SUMMARY
Tuberculosis (TB) is the leading cause of death from a single infection worldwide, with an annual death toll of
over 1.6 million lives. TB is curable and drug regimens can be above 90% effective if completed but are long and
toxic leading to noncompliance and emergence of resistance. New treatment options relying on novel and
unexplored targets are scarce. The BPaL regimen recently approved by the FDA features, for the first time in
many decades, drugs against new Mtb targets (ATP synthase) and with novel mode of action (nitroimidazoles).
Nevertheless, more inhibitors against previously unexplored targets are urgently needed to sustain the TB drug
pipeline, as resistance is already detected to components of BPaL. Both shortages, in effective antibiotics and
unexplored targets, are even more glaring in the field of non-tuberculous mycobacterial (NTM) diseases which
are on a rise and are recognized now as an emerging global threat in both immunocompromised and
immunocompetent individuals. Mycobacterial lipoamide dehydrogenase (Lpd) represents one of the unexplored
but Mtb-validated targets and serves in at least 4 enzyme complexes in Mtb: in pyruvate dehydrogenase (PDH),
-ketoacid dehydrogenase, branched chain keto-acid dehydrogenase, and peroxynitrite reductase/peroxidase.

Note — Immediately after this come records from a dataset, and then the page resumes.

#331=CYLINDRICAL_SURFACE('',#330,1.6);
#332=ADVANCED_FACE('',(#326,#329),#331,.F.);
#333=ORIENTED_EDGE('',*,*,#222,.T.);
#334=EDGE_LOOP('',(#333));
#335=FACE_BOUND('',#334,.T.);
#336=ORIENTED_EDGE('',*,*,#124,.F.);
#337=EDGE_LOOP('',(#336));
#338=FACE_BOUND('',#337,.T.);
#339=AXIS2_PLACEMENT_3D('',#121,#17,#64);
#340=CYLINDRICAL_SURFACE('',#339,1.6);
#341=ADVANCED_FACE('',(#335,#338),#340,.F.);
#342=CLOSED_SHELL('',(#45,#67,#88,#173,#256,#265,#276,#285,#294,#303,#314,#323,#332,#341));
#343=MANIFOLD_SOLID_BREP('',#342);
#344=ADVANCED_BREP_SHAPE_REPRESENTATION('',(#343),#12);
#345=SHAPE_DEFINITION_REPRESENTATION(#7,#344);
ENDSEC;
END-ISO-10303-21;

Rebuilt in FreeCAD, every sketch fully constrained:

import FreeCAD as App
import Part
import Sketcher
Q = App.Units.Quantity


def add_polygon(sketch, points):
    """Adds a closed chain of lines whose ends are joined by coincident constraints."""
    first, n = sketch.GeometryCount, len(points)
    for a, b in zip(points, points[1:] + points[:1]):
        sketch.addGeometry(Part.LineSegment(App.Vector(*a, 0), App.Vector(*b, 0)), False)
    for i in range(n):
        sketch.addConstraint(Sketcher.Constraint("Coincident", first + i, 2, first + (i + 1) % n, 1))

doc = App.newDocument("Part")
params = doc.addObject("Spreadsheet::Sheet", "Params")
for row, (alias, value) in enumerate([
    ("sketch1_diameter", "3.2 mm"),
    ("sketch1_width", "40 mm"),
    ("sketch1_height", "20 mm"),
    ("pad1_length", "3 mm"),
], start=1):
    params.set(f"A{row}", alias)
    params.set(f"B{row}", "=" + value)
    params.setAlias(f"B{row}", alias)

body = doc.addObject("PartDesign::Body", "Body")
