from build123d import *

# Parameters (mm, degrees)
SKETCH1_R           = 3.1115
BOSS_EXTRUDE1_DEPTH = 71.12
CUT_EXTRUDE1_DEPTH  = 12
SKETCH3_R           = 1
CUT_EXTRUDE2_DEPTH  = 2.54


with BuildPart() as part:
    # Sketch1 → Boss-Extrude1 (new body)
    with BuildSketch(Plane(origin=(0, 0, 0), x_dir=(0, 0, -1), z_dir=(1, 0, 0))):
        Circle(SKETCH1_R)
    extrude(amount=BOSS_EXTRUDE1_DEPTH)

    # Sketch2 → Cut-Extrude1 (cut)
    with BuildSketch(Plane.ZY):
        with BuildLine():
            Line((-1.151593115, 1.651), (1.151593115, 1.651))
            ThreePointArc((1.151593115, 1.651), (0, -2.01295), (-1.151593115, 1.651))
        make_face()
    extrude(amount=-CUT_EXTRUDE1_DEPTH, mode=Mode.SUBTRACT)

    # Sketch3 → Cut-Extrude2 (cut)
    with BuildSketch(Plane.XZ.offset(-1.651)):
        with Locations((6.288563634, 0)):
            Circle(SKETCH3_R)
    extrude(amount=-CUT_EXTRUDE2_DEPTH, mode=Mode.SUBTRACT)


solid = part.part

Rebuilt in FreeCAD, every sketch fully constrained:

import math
import FreeCAD as App
import Part
import Sketcher

V = App.Vector
Q = App.Units.Quantity

doc = App.newDocument("Part")
body = doc.addObject("PartDesign::Body", "Body")

sketch1 = doc.addObject("Sketcher::SketchObject", "Sketch")
body.addObject(sketch1)
sketch1.AttachmentSupport = (doc.YZ_Plane, [""])
sketch1.MapMode = "FlatFace"
sketch1.addGeometry(Part.Circle(V(0, 0, 0), V(0, 0, 1), 3.1), False)
sketch1.addConstraint([
    Sketcher.Constraint("Coincident", 0, 3, -1, 1),
    Sketcher.Constraint("Diameter", 0, Q("0.245 in")),
])
pad1 = doc.addObject("PartDesign::Pad", "Pad")
body.addObject(pad1)
pad1.Profile = sketch1
pad1.Length = Q("2.8 in")

sketch2 = doc.addObject("Sketcher::SketchObject", "Sketch001")
body.addObject(sketch2)
sketch2.AttachmentSupport = (doc.YZ_Plane, [""])
sketch2.MapMode = "FlatFace"
sketch2.addGeometry([
    Part.LineSegment(V(1.7, 1.2, 0), V(1.7, -1.2, 0)),
    Part.ArcOfCircle(Part.Circle(V(0, 0, 0), V(0, 0, 1), 2), math.radians(35), math.radians(325)),
], False)
sketch2.addConstraint([
    Sketcher.Constraint("Coincident", 0, 1, 1, 1),
    Sketcher.Constraint("Coincident", 1, 2, 0, 2),
    Sketcher.Constraint("Vertical", 0),
    Sketcher.Constraint("Coincident", 1, 3, -1, 1),
    Sketcher.Constraint("DistanceX", -1, 1, 0, 1, Q("0.065 in")),
    Sketcher.Constraint("Radius", 1, 2.01295),
])
pocket1 = doc.addObject("PartDesign::Pocket", "Pocket")
body.addObject(pocket1)
pocket1.Profile = sketch2
pocket1.Length = 12
pocket1.Reversed = True

sketch3 = doc.addObject("Sketcher::SketchObject", "Sketch002")
body.addObject(sketch3)
sketch3.AttachmentSupport = (doc.XZ_Plane, [""])
sketch3.MapMode = "FlatFace"
sketch3.AttachmentOffset = App.Placement(V(0, 0, -0.065 * 25.4), App.Rotation())
sketch3.addGeometry(Part.Circle(V(6.3, 0, 0), V(0, 0, 1), 1), False)
sketch3.addConstraint([
    Sketcher.Constraint("PointOnObject", 0, 3, -1),
    Sketcher.Constraint("Diameter", 0, 2.0),
    Sketcher.Constraint("DistanceX", -1, 1, 0, 3, 6.288564),
])
pocket2 = doc.addObject("PartDesign::Pocket", "Pocket001")
body.addObject(pocket2)
pocket2.Profile = sketch3
pocket2.Length = Q("0.1 in")

doc.recompute()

Lpd is a genetically validated target: Mtb with lpd deleted does not survive in a mouse model of TB infection and
a conditionally regulated lpd Mtb strain is cleared in mice, when Lpd expression is suppressed in either the acute
or chronic infection. This application leverages the knowledge of the chemical biology of Mtb Lpd to explore our
newly identified tight binding inhibitors (TBI) of Mtb Lpd by structure-guided analysis, enzyme kinetics and
binding assays to define Lpd binding site features responsible for tight binding interactions and extensions of the
on-target residence time (t1/2). We aim to define what drives antibacterial activity of Lpd TBI, how t1/2 contributes
to whole cell activity and selectivity, and how we can design/predict better analogs with improved t1/2 to enable
further efficacy improvements. We will develop a framework for progression of TBIs from an isolated target to its
cellular PDH complex target and its whole cell activity against TB in culture and during host infection. Extension
of those studies to NTM pathogens and testing against Mycobacterium avium and M. abscessus Lpd orthologs
will lead to scaffold progression and SAR development of a novel whole cell active inhibitor of NTM. Collectively
our studies will explore the SAR of Lpd TBI in vitro, define vulnerability of mycobacterial Lpd to chemical inhibition
in vivo, advance our understanding of ways to improve inhibitors' efficacy through its target's t1/2, contribute to
rational prediction of in vivo efficacy and characterize structural features of mycobacterial PDH that define its
distinct macromolecular organization and sustain its functional diversity.